According to a new analysis, those who do vigorous physical activities like running or competitive sports in areas with higher levels of air pollution may see less benefit from those activities when it comes to certain brain diseases markers.

White matter hyperintensities, a sign of damage to the brain’s white matter, and gray matter volume were two of the markers studied in the study. Smaller hyperintensity levels and larger gray matter volumes indicate better brain health.

Vigorous exercise may increase exposure to air pollution and prior studies have shown adverse effects of air pollution on the brain,” says study author Dr. Melissa Furlong.

“We did show that physical activity is associated with improved markers of brain health in areas with lower air pollution. However, some beneficial effects essentially disappeared for vigorous physical activity in areas with the highest levels of air pollution.

“That’s not to say people should avoid exercise. Overall, the effect of air pollution on brain health was modest—roughly equivalent to half the effect of one year of aging, while the effects of vigorous activity on brain health were much larger—approximately equivalent to being three years younger.”
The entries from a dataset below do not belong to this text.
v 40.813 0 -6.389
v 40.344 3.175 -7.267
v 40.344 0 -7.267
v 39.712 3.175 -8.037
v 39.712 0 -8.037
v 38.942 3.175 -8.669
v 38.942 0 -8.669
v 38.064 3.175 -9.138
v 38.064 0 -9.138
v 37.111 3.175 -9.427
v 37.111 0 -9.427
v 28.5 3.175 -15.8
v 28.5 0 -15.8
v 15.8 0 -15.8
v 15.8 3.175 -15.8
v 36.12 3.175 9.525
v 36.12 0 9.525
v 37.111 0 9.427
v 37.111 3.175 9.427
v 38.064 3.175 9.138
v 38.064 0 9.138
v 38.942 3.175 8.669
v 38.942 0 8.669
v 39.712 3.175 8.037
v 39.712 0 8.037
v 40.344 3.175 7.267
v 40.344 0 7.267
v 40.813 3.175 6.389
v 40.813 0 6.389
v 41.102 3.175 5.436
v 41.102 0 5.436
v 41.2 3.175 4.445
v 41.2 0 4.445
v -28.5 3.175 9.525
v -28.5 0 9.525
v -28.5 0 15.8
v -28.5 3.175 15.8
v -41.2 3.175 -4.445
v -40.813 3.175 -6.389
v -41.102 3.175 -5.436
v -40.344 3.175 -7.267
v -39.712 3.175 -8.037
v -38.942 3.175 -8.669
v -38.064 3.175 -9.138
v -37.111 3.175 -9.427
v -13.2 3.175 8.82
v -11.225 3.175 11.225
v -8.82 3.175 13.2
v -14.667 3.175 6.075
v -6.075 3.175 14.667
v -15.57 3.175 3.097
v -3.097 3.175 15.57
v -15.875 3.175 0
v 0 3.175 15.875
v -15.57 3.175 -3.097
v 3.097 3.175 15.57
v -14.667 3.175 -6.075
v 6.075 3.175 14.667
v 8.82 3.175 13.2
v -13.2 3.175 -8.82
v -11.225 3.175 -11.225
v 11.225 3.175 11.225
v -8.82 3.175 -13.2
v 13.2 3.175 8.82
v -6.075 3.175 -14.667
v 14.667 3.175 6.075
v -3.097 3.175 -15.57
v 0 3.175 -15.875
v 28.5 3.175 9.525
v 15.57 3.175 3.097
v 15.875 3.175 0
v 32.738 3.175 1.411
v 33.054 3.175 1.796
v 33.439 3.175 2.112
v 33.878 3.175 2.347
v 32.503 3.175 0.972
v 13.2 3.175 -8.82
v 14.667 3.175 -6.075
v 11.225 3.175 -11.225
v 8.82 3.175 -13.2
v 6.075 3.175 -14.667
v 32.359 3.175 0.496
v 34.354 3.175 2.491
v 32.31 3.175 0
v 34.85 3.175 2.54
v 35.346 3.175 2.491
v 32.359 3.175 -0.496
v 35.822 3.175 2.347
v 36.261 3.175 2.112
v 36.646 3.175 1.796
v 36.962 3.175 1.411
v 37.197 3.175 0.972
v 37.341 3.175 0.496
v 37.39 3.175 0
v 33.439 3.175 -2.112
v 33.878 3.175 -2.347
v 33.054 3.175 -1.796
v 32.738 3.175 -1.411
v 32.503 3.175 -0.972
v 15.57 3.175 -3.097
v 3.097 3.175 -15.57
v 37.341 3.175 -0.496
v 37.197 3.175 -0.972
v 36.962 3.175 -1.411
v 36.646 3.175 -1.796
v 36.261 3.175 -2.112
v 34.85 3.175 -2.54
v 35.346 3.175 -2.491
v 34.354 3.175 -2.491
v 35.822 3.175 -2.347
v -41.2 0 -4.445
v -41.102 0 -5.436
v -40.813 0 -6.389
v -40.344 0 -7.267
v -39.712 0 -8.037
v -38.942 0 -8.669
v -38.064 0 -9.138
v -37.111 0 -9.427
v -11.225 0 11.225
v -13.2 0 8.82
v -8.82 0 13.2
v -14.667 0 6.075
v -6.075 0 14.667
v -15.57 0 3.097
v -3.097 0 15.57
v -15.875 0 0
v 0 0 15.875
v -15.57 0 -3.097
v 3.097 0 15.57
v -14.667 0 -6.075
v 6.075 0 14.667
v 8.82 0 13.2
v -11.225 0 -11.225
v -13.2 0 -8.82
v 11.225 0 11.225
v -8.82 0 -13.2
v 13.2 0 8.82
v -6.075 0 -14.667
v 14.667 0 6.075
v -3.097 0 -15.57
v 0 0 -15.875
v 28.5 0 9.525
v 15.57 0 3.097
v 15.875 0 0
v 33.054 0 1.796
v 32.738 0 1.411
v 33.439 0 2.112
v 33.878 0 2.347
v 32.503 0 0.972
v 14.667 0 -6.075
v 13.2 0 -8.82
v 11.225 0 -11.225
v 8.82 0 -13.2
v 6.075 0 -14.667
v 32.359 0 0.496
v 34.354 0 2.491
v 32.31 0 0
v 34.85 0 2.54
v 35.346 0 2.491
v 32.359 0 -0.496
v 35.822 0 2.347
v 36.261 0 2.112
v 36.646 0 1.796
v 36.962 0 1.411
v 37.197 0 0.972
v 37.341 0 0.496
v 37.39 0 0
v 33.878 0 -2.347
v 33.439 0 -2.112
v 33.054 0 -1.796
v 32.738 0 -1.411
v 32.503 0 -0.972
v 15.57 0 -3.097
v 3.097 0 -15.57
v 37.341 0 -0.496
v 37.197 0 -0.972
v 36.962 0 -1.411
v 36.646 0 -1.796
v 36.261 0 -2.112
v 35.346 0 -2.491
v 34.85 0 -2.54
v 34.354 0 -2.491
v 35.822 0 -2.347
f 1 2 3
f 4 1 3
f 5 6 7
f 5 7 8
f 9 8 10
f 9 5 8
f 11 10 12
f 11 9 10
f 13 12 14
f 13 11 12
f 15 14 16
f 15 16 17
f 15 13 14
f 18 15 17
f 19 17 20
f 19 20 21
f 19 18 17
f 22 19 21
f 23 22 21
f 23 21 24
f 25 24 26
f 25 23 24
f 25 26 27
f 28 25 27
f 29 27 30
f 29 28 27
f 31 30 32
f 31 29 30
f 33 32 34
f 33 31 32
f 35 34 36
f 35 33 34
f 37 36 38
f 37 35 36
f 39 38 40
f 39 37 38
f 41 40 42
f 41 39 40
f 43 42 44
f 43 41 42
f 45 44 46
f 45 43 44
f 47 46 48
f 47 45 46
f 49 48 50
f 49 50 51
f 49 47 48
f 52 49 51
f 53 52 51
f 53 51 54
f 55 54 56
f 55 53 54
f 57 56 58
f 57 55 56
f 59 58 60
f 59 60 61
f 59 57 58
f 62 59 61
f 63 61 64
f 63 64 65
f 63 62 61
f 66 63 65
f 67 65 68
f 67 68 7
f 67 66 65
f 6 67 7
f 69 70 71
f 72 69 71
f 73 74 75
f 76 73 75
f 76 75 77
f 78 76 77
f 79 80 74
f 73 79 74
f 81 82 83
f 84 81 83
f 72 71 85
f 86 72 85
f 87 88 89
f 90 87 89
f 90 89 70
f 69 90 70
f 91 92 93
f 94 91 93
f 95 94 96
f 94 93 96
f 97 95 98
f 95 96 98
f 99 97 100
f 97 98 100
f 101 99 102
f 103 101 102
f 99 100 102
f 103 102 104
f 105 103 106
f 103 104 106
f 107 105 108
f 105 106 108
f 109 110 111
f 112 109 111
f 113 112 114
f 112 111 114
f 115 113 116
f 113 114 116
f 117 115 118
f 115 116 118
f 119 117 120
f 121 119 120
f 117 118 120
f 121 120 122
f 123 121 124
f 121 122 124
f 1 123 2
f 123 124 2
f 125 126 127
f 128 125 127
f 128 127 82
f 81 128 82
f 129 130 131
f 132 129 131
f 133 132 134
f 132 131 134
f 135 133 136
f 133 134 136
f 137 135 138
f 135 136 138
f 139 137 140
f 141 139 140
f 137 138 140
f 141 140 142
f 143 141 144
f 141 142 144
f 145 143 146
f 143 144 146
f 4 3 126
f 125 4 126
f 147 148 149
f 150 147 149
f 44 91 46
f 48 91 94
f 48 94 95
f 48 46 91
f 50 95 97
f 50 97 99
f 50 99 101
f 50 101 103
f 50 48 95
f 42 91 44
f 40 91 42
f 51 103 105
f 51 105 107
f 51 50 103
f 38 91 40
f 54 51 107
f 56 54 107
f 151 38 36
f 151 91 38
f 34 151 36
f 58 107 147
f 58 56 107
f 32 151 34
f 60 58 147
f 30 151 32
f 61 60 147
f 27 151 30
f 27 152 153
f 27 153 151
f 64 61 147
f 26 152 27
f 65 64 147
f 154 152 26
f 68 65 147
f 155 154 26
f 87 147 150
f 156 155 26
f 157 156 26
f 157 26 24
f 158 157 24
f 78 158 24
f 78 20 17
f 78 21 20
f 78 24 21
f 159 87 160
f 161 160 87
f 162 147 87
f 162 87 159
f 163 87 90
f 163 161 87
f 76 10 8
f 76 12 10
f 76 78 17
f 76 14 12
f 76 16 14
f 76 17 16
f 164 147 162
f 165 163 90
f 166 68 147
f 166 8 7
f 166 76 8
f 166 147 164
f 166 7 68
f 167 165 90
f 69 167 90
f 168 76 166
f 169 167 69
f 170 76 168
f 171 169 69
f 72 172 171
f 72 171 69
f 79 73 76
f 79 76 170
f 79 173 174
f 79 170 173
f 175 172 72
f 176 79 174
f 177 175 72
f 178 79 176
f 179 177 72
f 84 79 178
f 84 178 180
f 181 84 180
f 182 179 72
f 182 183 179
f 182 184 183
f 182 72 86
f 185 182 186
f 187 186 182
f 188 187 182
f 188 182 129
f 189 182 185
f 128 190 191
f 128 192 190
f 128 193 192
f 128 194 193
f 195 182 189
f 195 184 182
The study looked at 8,600 participants from the UK Biobank, a major biological database, with an average age of 56. The exposure of people to pollution, such as nitrogen dioxide and particulate matter (liquid or solid particles suspended in the air), was calculated using land use regression. A land use regression analysis analyzes air pollution levels based on air monitors and land use features such as transportation, agriculture, and industrial air pollution sources.

The participants’ exposure to air pollution was divided into four equal groups, ranging from the least to the most.
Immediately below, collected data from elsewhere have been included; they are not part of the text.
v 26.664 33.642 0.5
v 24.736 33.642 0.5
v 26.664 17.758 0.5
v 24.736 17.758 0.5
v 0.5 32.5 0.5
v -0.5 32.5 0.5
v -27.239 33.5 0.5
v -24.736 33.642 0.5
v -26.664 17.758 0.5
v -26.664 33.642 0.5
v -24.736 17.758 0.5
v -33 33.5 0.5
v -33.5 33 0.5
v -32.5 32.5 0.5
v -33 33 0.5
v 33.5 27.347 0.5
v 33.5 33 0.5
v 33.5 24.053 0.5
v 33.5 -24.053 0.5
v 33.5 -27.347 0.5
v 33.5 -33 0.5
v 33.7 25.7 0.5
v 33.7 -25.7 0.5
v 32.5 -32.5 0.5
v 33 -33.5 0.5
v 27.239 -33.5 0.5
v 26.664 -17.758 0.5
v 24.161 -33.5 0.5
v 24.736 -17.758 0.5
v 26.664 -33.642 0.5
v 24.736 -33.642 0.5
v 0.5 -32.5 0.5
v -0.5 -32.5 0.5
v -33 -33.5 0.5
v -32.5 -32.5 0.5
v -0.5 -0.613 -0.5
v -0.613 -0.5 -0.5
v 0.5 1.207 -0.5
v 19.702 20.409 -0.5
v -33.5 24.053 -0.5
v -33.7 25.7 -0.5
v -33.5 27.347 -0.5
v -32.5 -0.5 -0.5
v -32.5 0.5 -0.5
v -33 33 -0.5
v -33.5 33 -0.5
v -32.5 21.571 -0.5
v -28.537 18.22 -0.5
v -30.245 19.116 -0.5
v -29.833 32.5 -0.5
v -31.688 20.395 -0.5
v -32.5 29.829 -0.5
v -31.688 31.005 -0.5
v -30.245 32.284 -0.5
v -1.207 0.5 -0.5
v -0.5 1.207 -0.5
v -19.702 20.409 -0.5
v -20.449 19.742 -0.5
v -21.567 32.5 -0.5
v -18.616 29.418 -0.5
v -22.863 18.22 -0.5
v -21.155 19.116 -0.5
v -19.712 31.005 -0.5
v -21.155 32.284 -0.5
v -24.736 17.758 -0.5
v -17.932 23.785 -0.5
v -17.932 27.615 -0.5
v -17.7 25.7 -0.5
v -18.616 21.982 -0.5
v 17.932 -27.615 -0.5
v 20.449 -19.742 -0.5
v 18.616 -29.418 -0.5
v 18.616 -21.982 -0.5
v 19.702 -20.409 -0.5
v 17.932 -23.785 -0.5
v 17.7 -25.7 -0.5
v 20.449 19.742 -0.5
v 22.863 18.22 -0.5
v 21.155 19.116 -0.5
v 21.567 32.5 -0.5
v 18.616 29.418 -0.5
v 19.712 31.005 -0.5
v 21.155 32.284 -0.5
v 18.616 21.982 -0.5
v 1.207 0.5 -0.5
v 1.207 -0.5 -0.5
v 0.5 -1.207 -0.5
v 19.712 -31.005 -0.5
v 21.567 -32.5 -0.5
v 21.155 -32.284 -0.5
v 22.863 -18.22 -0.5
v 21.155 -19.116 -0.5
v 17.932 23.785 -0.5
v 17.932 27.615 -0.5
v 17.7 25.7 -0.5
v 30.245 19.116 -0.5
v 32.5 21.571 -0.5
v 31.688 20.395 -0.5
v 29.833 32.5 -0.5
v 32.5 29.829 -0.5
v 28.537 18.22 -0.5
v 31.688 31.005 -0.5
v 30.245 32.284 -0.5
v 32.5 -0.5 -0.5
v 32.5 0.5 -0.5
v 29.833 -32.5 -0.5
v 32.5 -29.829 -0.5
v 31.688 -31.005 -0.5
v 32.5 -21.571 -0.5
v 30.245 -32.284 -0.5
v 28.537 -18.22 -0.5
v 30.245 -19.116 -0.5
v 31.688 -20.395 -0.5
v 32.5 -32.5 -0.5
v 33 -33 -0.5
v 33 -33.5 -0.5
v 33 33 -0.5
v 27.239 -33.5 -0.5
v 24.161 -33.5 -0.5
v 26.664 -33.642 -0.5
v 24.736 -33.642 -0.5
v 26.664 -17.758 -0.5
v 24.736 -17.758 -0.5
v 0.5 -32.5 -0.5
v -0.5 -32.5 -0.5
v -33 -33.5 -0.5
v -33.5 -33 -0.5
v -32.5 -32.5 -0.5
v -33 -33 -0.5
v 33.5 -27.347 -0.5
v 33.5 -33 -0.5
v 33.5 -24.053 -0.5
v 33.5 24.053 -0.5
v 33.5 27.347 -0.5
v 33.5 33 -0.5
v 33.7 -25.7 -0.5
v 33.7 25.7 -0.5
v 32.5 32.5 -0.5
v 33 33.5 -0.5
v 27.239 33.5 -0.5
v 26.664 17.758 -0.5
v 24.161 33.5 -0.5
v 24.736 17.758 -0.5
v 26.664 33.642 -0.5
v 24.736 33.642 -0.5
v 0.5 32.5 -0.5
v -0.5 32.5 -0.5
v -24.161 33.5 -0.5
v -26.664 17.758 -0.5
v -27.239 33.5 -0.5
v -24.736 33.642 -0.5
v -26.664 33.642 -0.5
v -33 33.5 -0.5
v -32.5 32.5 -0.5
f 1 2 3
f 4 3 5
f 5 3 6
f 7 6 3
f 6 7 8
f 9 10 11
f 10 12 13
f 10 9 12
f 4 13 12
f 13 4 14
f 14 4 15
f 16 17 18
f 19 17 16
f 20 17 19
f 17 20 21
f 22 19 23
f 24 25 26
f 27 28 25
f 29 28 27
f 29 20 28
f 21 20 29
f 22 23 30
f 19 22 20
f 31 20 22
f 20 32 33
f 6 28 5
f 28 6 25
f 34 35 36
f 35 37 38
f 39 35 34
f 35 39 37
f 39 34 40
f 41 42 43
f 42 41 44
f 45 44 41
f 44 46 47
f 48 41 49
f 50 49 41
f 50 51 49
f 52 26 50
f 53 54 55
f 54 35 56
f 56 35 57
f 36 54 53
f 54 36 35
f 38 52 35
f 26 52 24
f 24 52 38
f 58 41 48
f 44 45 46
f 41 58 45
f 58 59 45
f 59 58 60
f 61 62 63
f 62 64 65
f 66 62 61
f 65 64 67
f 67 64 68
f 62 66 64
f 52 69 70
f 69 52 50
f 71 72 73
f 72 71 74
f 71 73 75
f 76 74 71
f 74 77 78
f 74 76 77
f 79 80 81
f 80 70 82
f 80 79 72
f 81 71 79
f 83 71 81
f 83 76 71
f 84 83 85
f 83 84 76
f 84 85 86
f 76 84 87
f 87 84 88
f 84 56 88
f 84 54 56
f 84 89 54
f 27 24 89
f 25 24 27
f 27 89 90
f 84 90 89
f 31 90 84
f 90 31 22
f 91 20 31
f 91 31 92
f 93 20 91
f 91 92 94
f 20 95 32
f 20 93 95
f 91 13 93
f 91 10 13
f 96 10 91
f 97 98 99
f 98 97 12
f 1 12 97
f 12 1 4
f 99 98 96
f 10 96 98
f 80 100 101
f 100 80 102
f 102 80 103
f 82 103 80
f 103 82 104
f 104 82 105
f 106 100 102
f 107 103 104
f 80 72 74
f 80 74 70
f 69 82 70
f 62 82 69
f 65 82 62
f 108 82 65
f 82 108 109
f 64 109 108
For one week, each person’s physical activity was tracked using an accelerometer. The researchers next classified their physical activity patterns based on how much vigorous physical activity individuals got per week, which ranged from none to 30 minutes or more.

People who did the most vigorous physical activity each week had 800 cm3 gray matter volume on average, compared to 790 cm3 gray matter volume in people who didn’t do any vigorous exercise. Researchers discovered that exposure to air pollution had no influence on the effects of physical activity on gray matter volume. When looking at white matter hyperintensities, researchers discovered that exposure to air pollution affected the impact of vigorous physical activity. After controlling for age, gender, and other factors, researchers discovered that intense physical exercise reduced white matter hyperintensities in low-pollution areas, but not in high-pollution ones.

“More research is needed, but if our findings are replicated, public policy could be used to address people’s exposure to air pollution during exercise,” Furlong added.

“For example, since a significant amount of air pollution comes from traffic, promoting running or bicycling along paths far from heavy traffic may be more beneficial.”

The study’s limitation is that it only examined air pollution levels from one year, and levels can vary from year to year.